Pode?

O Instituto Estadual do Ambiente (Inea) e a secretaria Estadual do Ambiente (SEA) querem usar recursos originados de compensação ambiental pagos pela CSN no reflorestamento de 100 hectares das margens do Rio Bananal, em Barra Mansa. A hipótese foi levantada pelo prefeito Rodrigo Drable. A ideia é ampliar o Pagamento de Serviços Ambientais (PSA) Hídrico, em Barra Mansa, dentro do programa de reflorestamento da microbacia do Rio Bananal e ainda da bacia do Rio Paraíba do Sul. “Temos os recursos de um TAC feito com a CSN para o projeto de reflorestamento da bacia do rio (…) há a necessidade de reflorestar e vamos começar pelo Rio Bananal”, ponderou o subsecretário estadual do Ambiente, Sérgio Mendes.

De acordo com um biólogo ouvido pelo aQui, que pediu para não ser identificado, a questão é totalmente legal. “Se existiu um passivo e foi feito um acordo para compensar o meio ambiente, não importa se esta compensação será feita diretamente no objeto do passivo.

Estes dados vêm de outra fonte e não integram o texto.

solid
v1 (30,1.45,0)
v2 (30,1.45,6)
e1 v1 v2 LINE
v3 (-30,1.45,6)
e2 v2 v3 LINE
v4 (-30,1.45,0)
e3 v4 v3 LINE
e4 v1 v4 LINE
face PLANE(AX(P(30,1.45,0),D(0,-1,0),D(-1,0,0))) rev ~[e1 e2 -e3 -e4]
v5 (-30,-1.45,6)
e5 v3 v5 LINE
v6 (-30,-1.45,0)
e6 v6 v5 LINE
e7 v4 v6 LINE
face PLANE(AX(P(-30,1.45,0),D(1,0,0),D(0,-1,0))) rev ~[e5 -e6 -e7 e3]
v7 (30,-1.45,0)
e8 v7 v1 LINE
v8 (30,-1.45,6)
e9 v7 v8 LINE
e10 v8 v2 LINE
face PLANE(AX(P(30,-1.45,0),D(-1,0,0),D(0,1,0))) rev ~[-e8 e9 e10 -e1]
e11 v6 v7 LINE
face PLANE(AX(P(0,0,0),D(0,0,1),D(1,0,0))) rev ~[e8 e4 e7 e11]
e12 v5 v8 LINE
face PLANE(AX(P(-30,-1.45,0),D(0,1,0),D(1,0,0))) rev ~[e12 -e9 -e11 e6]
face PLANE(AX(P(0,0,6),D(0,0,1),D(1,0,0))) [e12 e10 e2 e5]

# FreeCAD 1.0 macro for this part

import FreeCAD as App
import Part
import Sketcher

V = App.Vector
Q = App.Units.Quantity


def add_polygon(sketch, points):
    """Adds a closed chain of lines whose ends are joined by coincident constraints."""
    first, n = sketch.GeometryCount, len(points)
    for a, b in zip(points, points[1:] + points[:1]):
        sketch.addGeometry(Part.LineSegment(App.Vector(*a, 0), App.Vector(*b, 0)), False)
    for i in range(n):
        sketch.addConstraint(Sketcher.Constraint("Coincident", first + i, 2, first + (i + 1) % n, 1))

doc = App.newDocument("Part")
params = doc.addObject("Spreadsheet::Sheet", "Params")
for row, (alias, value) in enumerate([
    ("sketch1_width", "60 mm"),
    ("sketch1_height", "2.9 mm"),
    ("pad1_length", "6 mm"),
], start=1):
    params.set(f"A{row}", alias)
    params.set(f"B{row}", "=" + value)
    params.setAlias(f"B{row}", alias)

body = doc.addObject("PartDesign::Body", "Body")

sketch1 = body.newObject("Sketcher::SketchObject", "Sketch")
sketch1.AttachmentSupport = (doc.getObject("XY_Plane"), [""])
sketch1.MapMode = "FlatFace"
add_polygon(sketch1, [(-30, 1.45), (-30, -1.45), (30, -1.45), (30, 1.45)])
sketch1.addConstraint([
    Sketcher.Constraint("Vertical", 0),
    Sketcher.Constraint("Horizontal", 1),
    Sketcher.Constraint("Vertical", 2),
    Sketcher.Constraint("Horizontal", 3),
    Sketcher.Constraint("Symmetric", 0, 2, 2, 2, -1, 1),
    Sketcher.Constraint("DistanceX", 1, 1, 1, 2, Q("60 mm")),
    Sketcher.Constraint("DistanceY", 0, 2, 0, 1, Q("2.9 mm")),
])
sketch1.setExpression("Constraints[9]", "Params.sketch1_width")
sketch1.setExpression("Constraints[10]", "Params.sketch1_height")
pad1 = body.newObject("PartDesign::Pad", "Pad")
pad1.Profile = sketch1
pad1.setExpression("Length", "Params.pad1_length")

doc.recompute()
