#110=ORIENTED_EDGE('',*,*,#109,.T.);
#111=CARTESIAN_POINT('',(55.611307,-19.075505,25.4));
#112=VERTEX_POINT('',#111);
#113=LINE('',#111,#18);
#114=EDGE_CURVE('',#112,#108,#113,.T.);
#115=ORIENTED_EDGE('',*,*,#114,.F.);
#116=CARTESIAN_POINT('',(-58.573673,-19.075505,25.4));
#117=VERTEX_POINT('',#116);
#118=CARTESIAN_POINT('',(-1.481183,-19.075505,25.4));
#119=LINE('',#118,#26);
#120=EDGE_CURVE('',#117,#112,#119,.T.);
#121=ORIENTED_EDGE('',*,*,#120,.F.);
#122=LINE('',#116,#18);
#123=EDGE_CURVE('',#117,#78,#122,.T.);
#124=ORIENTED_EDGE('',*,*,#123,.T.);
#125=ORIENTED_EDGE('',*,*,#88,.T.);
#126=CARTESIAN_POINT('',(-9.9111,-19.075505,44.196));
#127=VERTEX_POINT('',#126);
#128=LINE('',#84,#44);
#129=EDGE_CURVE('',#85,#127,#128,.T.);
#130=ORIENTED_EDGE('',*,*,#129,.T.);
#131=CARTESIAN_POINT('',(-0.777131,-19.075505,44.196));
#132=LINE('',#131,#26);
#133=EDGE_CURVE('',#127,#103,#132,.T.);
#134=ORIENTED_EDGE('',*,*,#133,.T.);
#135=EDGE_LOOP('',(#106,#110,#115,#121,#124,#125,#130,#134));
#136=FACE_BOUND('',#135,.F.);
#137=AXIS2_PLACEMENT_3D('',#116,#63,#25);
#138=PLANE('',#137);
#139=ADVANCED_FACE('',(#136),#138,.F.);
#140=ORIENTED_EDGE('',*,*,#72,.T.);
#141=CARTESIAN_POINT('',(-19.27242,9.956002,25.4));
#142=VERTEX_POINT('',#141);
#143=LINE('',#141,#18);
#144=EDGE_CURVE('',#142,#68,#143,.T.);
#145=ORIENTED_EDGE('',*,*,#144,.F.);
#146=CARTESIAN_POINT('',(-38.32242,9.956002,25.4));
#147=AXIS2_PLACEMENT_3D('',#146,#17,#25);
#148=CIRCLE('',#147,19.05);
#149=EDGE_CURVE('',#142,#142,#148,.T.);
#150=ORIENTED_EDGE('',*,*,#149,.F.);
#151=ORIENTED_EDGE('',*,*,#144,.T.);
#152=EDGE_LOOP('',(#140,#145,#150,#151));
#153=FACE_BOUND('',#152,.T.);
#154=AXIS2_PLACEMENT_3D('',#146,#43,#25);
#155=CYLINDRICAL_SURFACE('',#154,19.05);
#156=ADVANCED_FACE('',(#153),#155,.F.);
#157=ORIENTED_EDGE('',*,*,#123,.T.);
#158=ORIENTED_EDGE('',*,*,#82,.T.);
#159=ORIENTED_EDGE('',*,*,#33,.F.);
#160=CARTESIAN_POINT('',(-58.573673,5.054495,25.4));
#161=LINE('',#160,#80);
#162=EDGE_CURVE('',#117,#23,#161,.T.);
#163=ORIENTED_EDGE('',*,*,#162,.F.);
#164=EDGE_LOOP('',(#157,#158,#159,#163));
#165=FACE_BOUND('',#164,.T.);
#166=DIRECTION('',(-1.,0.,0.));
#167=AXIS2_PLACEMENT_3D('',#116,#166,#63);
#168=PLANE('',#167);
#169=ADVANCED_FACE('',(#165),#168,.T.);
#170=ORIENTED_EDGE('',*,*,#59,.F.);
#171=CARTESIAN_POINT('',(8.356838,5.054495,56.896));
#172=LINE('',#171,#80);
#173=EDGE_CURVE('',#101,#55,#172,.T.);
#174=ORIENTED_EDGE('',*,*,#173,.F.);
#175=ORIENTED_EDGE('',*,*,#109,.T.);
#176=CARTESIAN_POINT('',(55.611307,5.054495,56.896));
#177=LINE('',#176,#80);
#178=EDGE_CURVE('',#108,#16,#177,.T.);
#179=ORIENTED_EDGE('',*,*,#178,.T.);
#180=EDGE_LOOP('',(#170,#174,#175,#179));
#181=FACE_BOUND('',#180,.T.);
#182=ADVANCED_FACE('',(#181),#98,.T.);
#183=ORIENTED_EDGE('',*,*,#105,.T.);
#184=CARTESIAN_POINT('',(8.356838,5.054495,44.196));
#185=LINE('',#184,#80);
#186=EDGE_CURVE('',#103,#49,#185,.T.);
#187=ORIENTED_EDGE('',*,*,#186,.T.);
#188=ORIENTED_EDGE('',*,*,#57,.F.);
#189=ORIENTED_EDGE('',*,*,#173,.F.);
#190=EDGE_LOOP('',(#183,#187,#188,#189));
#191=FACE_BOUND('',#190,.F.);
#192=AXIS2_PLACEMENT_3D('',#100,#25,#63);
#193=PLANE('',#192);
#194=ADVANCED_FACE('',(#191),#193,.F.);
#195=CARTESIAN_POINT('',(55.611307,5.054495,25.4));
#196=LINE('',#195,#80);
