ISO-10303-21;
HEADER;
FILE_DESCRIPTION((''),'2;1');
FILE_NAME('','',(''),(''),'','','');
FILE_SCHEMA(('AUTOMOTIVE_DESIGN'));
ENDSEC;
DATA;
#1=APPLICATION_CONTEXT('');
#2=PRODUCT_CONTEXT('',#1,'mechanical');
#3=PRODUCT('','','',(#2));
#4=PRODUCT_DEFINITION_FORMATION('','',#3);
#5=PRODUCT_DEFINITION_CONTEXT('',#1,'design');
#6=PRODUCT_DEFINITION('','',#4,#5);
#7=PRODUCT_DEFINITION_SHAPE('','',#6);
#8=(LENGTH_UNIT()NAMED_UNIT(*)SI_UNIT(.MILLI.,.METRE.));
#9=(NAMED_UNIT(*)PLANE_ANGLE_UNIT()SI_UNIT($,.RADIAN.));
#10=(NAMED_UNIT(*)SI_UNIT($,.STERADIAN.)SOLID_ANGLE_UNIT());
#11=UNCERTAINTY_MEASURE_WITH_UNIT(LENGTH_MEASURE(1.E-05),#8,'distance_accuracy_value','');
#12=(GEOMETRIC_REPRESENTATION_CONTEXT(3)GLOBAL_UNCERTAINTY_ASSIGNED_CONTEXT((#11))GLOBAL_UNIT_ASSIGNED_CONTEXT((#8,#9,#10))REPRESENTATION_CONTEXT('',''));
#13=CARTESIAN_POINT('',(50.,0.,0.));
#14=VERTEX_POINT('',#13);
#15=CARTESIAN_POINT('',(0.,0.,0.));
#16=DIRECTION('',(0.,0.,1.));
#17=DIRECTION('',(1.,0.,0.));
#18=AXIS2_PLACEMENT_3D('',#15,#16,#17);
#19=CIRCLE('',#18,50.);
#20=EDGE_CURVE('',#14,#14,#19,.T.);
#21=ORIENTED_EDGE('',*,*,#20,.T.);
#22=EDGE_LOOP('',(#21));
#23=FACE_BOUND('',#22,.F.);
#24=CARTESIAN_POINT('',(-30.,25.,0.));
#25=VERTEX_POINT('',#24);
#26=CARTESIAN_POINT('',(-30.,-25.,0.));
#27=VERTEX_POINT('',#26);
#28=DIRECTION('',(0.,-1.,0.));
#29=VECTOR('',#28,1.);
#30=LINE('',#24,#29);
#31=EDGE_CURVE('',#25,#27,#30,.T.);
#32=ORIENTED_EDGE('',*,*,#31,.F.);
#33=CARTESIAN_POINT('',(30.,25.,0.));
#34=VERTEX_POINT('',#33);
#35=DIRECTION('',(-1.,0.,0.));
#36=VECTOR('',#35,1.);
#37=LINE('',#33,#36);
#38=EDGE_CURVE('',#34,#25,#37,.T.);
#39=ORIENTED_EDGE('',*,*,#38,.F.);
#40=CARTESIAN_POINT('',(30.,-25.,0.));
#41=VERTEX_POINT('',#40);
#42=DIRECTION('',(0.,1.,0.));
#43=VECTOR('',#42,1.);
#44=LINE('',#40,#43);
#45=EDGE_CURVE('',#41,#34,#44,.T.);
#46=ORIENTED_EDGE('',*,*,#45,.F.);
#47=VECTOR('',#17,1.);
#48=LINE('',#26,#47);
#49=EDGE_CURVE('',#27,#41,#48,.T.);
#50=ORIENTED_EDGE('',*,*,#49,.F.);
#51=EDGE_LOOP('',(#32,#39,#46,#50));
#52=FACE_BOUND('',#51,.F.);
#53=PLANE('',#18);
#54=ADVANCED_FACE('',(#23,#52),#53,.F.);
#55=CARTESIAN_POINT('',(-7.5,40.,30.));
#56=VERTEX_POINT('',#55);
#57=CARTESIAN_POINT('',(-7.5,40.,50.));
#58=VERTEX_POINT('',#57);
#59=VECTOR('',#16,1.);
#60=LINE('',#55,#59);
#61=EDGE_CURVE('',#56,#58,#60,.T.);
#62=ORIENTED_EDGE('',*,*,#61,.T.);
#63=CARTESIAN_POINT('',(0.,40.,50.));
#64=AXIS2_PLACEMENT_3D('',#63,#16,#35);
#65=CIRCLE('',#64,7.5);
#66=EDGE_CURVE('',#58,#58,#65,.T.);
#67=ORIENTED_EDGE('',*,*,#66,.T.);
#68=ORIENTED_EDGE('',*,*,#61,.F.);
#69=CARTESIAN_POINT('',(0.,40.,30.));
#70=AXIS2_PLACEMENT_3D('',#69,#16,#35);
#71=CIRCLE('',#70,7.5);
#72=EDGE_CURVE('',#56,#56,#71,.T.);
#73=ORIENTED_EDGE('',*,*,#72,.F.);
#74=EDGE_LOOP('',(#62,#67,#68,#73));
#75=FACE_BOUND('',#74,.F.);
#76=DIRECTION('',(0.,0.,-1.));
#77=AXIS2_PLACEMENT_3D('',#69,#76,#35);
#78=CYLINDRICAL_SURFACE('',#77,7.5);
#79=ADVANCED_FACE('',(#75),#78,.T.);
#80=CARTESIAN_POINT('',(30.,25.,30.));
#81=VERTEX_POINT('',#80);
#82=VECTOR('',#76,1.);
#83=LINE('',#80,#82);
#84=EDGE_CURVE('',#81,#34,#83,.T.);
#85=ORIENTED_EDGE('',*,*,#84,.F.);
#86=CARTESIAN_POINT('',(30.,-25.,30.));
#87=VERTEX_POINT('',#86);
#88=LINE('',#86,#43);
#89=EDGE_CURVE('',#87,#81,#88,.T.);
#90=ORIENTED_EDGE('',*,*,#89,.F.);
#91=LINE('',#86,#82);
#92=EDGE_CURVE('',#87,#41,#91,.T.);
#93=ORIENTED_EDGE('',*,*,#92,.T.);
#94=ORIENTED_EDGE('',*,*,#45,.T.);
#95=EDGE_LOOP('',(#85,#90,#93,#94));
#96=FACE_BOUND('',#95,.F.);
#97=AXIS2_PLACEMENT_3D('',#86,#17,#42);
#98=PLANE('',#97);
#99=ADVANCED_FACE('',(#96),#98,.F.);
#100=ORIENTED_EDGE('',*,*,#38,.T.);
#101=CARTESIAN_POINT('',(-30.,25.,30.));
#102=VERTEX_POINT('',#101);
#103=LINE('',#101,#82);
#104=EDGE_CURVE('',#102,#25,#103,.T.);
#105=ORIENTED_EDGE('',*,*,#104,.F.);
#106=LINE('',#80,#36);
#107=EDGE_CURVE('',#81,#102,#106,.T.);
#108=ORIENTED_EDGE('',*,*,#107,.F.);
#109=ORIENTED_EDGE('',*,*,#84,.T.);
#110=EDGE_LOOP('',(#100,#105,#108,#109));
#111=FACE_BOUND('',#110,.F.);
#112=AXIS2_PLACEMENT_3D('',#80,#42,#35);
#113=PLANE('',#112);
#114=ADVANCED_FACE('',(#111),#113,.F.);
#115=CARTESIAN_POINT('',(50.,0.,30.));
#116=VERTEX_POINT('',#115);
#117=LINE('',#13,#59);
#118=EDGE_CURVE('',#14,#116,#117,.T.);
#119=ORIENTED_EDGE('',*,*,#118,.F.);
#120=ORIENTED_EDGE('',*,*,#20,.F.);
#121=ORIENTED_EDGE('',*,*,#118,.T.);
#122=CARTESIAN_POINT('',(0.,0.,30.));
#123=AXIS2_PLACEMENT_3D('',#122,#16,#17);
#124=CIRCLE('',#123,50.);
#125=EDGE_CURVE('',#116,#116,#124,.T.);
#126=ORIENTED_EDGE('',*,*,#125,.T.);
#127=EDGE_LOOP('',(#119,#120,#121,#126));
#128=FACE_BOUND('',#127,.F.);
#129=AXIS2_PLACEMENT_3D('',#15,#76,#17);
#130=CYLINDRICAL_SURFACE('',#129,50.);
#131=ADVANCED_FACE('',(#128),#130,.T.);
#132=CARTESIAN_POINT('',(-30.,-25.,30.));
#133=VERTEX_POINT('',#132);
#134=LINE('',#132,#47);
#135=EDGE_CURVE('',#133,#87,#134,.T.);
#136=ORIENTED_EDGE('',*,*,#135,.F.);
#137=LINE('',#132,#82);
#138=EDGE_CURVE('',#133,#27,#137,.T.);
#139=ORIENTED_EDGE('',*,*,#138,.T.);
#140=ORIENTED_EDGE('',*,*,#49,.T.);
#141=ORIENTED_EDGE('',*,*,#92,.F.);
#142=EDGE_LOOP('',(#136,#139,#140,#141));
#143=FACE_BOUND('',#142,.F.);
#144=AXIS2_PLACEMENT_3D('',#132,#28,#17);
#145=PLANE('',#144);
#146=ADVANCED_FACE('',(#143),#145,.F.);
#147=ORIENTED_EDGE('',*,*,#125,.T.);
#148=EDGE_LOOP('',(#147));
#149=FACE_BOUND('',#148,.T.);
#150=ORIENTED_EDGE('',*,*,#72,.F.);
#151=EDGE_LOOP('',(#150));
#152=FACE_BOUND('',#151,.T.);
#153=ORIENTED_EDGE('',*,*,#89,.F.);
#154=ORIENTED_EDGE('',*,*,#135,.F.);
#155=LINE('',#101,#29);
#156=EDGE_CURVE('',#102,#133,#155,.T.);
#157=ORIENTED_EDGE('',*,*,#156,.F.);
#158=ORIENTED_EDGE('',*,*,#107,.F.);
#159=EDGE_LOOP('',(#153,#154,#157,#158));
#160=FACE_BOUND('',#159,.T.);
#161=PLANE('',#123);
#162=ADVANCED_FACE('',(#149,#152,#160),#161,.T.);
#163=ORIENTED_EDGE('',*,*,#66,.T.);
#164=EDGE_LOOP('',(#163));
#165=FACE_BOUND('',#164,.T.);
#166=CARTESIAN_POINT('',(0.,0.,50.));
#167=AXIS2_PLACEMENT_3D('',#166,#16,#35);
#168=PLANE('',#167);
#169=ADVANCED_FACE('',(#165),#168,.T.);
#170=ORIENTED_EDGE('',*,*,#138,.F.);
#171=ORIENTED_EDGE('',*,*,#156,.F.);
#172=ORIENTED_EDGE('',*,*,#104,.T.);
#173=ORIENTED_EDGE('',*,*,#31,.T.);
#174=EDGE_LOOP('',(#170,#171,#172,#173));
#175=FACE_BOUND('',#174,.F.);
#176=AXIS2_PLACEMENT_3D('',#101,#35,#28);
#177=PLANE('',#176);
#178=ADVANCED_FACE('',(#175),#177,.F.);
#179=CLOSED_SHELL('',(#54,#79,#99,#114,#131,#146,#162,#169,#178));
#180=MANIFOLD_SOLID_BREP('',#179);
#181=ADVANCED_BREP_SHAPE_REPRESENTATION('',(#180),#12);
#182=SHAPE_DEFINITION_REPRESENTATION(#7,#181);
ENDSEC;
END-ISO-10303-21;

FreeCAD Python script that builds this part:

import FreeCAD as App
import Part
import Sketcher
from FreeCAD import Vector


def add_polygon(sketch, points):
    """Adds a closed chain of lines whose ends are joined by coincident constraints."""
    first, n = sketch.GeometryCount, len(points)
    for a, b in zip(points, points[1:] + points[:1]):
        sketch.addGeometry(Part.LineSegment(App.Vector(*a, 0), App.Vector(*b, 0)), False)
    for i in range(n):
        sketch.addConstraint(Sketcher.Constraint("Coincident", first + i, 2, first + (i + 1) % n, 1))

doc = App.newDocument("Part")
params = doc.addObject("Spreadsheet::Sheet", "Params")
for row, (alias, value) in enumerate([
    ("sketch1_diameter", "100 mm"),
    ("pad1_length", "30 mm"),
    ("sketch2_width", "60 mm"),
    ("sketch2_height", "50 mm"),
    ("pocket1_length", "30 mm"),
    ("sketch3_diameter", "15 mm"),
    ("pad2_length", "20 mm"),
], start=1):
    params.set(f"A{row}", alias)
    params.set(f"B{row}", "=" + value)
    params.setAlias(f"B{row}", alias)

body = doc.addObject("PartDesign::Body", "Body")

sketch1 = body.newObject("Sketcher::SketchObject", "Sketch")
sketch1.AttachmentSupport = (doc.getObject("XY_Plane"), [""])
sketch1.MapMode = "FlatFace"
sketch1.addGeometry(Part.Circle(Vector(0, 0, 0), Vector(0, 0, 1), 50), False)
sketch1.addConstraint([
    Sketcher.Constraint("Coincident", 0, 3, -1, 1),
    Sketcher.Constraint("Diameter", 0, 100.0),
])
sketch1.setExpression("Constraints[1]", "Params.sketch1_diameter")
pad1 = body.newObject("PartDesign::Pad", "Pad")
pad1.Profile = sketch1
pad1.setExpression("Length", "Params.pad1_length")

sketch2 = body.newObject("Sketcher::SketchObject", "Sketch001")
sketch2.AttachmentSupport = (doc.getObject("XY_Plane"), [""])
sketch2.MapMode = "FlatFace"
sketch2.AttachmentOffset = App.Placement(Vector(0, 0, 30), App.Rotation())
add_polygon(sketch2, [(-30, 25), (-30, -25), (30, -25), (30, 25)])
sketch2.addConstraint([
    Sketcher.Constraint("Vertical", 0),
    Sketcher.Constraint("Horizontal", 1),
    Sketcher.Constraint("Vertical", 2),
    Sketcher.Constraint("Horizontal", 3),
    Sketcher.Constraint("Symmetric", 0, 2, 2, 2, -1, 1),
    Sketcher.Constraint("DistanceX", 1, 1, 1, 2, 60.0),
    Sketcher.Constraint("DistanceY", 0, 2, 0, 1, 50.0),
])
sketch2.setExpression("Constraints[9]", "Params.sketch2_width")
sketch2.setExpression("Constraints[10]", "Params.sketch2_height")
pocket1 = body.newObject("PartDesign::Pocket", "Pocket")
pocket1.Profile = sketch2
pocket1.setExpression("Length", "Params.pocket1_length")

sketch3 = body.newObject("Sketcher::SketchObject", "Sketch002")
sketch3.AttachmentSupport = (doc.getObject("XY_Plane"), [""])
sketch3.MapMode = "FlatFace"
sketch3.AttachmentOffset = App.Placement(Vector(0, 0, 30), App.Rotation())
sketch3.addGeometry(Part.Circle(Vector(0, 40, 0), Vector(0, 0, 1), 8), False)
sketch3.addConstraint([
    Sketcher.Constraint("PointOnObject", 0, 3, -2),
    Sketcher.Constraint("Diameter", 0, 15.0),
    Sketcher.Constraint("DistanceY", -1, 1, 0, 3, 40.0),
])
sketch3.setExpression("Constraints[1]", "Params.sketch3_diameter")
pad2 = body.newObject("PartDesign::Pad", "Pad001")
pad2.Profile = sketch3
pad2.setExpression("Length", "Params.pad2_length")

doc.recompute()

O que deve ser levado em conta é que se compense o meio ambiente pelo passivo sofrido”, explicou.

Os planos da SEA incluem a elaboração de diagnósticos, a execução de projetos específicos das unidades rurais e ainda o monitoramento de resultados na qualidade e quantidade de água, através de intervenção na bacia dos rios que cortam Barra Mansa. O projeto, segundo divulgou a SEA e a prefeitura de Barra Mansa, já foi licitado. “Queremos uma recuperação ambien-tal nas bacias dos rios do município e, através do programa, podemos alcançar nosso objetivo. Nosso desejo é melhorar e aumentar a produção de água na cidade”, comemorou Rodrigo Drable.